Output range, inclusive: from the line containing "f 82 344 338" to the line containing "from build123d import *". Restate those lines from the data below word for word and only those.
START SUPPLIED RECORDS
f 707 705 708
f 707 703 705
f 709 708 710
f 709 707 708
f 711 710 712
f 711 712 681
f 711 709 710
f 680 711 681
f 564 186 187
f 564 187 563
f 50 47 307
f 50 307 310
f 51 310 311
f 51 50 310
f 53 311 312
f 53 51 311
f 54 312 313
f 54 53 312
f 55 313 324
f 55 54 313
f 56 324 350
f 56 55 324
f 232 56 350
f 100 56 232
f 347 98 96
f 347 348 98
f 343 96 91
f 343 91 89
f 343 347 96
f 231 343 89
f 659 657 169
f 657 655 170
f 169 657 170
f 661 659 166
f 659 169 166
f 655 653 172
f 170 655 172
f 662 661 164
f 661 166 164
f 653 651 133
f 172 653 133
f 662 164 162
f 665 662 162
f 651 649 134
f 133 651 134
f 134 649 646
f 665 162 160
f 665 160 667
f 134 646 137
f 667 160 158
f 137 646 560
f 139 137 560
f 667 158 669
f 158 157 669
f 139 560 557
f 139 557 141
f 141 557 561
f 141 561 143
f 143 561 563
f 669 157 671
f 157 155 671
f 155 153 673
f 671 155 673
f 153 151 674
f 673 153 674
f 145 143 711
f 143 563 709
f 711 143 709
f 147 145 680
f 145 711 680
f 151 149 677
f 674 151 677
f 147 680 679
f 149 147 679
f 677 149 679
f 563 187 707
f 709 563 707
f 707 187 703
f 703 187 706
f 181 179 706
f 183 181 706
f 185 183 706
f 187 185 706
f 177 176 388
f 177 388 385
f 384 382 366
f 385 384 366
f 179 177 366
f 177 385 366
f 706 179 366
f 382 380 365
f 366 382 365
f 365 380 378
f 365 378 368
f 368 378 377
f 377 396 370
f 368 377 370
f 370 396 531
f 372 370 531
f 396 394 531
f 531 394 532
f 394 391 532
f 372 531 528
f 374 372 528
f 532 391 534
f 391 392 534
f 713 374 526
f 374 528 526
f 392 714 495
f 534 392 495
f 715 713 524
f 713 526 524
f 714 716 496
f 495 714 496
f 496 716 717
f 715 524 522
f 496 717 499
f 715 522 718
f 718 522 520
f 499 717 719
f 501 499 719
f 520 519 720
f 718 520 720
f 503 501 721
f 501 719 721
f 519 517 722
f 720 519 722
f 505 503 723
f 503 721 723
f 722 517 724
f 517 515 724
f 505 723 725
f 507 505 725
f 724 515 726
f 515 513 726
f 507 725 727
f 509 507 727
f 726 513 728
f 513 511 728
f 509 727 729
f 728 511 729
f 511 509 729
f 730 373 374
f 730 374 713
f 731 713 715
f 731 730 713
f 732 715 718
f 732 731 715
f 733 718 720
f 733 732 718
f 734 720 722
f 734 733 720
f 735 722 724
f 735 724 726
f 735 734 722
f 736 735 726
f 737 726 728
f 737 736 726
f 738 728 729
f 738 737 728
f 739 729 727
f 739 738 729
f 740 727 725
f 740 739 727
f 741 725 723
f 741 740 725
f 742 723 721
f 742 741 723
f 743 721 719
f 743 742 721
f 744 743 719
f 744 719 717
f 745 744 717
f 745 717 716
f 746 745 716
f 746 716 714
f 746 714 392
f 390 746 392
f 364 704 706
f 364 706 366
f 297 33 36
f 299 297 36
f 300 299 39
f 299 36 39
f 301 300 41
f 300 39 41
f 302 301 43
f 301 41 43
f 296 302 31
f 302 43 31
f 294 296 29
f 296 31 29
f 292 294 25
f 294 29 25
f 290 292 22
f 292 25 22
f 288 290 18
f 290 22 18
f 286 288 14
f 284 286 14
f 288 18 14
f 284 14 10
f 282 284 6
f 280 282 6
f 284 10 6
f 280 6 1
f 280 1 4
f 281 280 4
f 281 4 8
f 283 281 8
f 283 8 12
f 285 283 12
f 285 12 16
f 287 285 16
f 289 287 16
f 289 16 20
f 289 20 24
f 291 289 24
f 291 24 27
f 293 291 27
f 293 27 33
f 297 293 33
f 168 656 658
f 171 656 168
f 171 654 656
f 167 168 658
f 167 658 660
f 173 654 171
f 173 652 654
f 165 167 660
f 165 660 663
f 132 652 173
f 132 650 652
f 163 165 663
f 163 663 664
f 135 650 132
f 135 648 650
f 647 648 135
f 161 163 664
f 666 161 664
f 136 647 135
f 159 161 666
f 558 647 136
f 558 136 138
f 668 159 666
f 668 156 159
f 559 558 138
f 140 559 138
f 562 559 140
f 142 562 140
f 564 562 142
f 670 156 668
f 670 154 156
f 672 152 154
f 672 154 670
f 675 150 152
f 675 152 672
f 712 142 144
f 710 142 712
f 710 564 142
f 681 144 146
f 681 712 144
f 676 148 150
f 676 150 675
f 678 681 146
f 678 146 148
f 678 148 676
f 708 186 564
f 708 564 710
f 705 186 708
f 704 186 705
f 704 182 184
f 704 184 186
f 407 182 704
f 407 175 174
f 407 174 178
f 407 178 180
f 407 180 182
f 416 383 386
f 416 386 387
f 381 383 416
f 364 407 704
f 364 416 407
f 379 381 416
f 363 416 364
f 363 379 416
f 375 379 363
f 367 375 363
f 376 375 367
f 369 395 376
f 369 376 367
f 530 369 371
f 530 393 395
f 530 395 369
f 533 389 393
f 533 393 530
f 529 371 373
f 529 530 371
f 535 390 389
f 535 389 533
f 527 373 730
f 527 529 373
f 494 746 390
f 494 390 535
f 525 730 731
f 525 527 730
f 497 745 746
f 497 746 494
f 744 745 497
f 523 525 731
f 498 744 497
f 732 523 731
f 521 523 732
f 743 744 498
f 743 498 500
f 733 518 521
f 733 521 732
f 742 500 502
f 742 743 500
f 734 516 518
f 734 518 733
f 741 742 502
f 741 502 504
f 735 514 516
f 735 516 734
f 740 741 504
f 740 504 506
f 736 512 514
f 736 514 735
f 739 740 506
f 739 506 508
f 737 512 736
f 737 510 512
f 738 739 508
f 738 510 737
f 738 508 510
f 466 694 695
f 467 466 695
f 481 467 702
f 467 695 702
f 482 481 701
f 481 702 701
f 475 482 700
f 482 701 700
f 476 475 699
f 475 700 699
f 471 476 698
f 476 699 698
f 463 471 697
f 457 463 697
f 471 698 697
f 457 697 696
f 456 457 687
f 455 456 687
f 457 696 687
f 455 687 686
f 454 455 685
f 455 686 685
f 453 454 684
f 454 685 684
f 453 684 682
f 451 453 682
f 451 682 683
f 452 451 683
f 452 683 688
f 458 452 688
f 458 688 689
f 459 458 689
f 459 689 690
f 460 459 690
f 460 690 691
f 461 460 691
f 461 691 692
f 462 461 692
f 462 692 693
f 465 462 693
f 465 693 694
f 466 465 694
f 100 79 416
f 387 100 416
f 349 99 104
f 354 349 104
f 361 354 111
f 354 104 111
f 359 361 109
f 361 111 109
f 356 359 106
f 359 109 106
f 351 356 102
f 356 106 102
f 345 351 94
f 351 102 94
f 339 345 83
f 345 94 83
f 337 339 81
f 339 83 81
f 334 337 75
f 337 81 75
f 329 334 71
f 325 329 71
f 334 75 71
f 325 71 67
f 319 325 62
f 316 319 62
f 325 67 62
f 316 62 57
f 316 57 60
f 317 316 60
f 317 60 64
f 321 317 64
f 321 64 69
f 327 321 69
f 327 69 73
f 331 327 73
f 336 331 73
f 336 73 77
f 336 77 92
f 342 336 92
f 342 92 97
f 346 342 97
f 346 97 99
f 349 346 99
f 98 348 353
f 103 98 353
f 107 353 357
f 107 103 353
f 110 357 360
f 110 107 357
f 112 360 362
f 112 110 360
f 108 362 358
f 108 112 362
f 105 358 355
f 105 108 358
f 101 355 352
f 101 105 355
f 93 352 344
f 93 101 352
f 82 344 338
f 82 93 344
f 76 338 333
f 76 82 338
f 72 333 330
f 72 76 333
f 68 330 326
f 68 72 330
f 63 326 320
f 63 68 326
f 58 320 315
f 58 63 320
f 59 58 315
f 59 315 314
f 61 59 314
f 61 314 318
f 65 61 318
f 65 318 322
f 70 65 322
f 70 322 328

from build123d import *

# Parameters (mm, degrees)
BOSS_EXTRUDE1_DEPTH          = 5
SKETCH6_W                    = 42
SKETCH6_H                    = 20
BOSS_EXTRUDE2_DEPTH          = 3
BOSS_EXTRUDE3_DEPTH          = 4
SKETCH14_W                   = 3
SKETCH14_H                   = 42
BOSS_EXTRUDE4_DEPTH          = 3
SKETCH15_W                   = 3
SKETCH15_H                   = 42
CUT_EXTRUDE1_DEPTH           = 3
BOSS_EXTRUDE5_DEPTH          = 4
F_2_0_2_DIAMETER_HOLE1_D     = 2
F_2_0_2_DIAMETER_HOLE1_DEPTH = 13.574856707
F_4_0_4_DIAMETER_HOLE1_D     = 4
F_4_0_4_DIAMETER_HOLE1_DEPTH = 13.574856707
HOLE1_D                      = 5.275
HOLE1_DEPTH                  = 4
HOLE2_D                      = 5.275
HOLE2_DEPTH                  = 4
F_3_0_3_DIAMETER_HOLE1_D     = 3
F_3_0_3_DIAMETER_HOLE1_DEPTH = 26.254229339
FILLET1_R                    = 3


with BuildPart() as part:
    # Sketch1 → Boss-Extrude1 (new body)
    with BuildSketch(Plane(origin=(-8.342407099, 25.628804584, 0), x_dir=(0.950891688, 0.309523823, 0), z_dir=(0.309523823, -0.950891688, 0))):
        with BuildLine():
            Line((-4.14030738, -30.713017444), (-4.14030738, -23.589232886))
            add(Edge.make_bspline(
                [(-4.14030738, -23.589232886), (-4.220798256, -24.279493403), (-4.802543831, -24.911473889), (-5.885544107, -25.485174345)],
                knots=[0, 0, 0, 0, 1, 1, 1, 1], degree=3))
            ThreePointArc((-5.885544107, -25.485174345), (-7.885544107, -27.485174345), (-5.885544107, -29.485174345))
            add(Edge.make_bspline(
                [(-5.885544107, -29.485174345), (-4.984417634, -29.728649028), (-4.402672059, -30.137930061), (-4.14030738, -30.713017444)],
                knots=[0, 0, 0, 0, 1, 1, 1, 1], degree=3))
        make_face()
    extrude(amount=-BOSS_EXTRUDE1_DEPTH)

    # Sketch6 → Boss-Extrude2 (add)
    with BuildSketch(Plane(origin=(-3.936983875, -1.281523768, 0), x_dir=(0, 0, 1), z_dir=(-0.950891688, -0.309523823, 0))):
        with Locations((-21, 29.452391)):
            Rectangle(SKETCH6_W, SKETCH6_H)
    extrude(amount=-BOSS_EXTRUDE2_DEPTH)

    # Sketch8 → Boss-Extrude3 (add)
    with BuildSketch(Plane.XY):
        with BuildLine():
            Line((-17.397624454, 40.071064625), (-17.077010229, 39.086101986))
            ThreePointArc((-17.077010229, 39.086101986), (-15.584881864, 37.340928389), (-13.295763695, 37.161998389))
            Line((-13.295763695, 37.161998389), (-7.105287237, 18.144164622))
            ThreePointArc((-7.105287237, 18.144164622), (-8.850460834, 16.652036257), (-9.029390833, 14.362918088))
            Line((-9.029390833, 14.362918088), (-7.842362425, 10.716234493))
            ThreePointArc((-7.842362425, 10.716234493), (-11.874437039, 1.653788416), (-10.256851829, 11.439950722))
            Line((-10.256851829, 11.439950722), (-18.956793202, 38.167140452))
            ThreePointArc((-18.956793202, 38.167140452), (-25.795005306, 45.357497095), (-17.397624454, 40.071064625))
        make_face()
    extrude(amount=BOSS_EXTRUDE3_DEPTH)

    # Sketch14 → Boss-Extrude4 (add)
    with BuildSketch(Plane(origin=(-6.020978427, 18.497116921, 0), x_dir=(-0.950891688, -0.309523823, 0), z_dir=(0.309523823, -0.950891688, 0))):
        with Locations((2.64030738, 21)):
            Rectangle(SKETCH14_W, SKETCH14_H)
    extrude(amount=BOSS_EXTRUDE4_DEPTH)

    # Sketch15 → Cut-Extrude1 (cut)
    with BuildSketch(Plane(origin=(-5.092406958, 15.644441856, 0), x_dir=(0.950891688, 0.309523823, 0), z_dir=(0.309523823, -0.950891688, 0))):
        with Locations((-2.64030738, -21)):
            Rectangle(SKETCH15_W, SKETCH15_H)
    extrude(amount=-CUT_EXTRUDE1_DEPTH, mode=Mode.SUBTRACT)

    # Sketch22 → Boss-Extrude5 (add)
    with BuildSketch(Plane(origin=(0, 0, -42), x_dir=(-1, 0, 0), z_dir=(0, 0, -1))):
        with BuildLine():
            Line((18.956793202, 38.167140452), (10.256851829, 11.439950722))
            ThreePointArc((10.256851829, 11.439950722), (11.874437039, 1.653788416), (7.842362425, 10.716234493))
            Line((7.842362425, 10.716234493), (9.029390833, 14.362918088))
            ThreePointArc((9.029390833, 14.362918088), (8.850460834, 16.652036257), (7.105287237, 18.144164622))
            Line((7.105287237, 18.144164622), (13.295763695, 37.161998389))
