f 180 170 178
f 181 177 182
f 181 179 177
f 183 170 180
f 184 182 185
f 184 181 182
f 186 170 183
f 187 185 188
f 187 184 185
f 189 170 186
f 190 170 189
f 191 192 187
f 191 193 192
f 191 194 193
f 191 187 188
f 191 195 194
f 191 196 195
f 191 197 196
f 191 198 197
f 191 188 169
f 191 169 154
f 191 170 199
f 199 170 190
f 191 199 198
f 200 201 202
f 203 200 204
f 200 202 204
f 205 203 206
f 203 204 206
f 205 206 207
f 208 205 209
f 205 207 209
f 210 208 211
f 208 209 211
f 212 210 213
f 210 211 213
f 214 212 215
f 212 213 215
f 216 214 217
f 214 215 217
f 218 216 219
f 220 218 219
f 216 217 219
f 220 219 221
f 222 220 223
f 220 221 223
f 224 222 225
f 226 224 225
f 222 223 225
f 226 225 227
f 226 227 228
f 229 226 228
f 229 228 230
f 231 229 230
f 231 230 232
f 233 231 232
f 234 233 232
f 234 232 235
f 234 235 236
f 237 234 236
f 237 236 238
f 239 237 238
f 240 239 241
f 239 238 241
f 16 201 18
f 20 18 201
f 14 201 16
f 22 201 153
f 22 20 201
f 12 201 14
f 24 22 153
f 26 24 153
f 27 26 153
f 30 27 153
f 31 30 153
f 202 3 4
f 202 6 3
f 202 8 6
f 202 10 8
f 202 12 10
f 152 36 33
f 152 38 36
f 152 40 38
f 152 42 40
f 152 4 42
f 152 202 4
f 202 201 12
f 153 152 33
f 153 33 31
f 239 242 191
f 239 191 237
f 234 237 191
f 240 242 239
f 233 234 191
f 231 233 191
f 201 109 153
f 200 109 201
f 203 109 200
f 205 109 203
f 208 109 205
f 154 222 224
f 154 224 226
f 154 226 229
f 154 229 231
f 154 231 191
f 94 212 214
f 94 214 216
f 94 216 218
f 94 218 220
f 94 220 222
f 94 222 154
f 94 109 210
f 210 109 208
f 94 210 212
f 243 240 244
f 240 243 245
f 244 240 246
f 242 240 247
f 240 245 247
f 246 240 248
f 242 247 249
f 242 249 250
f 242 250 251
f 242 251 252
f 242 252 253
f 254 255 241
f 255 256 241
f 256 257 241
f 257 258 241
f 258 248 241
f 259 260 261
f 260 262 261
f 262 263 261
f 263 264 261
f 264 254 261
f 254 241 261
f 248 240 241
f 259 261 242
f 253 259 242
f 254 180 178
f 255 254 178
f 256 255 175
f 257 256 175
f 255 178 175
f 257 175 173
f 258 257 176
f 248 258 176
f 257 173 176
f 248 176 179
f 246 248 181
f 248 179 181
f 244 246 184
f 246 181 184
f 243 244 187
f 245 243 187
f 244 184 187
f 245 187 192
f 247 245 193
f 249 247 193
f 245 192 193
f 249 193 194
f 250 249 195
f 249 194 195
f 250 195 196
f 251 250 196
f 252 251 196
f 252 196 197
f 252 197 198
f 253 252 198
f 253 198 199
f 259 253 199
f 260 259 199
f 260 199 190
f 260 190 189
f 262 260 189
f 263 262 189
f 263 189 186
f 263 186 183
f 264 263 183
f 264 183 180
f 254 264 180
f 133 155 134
END SUPPLIED RECORDS
> **PROBLEM SOLUTION**
f 82 344 338
f 82 93 344
f 76 338 333
f 76 82 338
f 72 333 330
f 72 76 333
f 68 330 326
f 68 72 330
f 63 326 320
f 63 68 326
f 58 320 315
f 58 63 320
f 59 58 315
f 59 315 314
f 61 59 314
f 61 314 318
f 65 61 318
f 65 318 322
f 70 65 322
f 70 322 328

from build123d import *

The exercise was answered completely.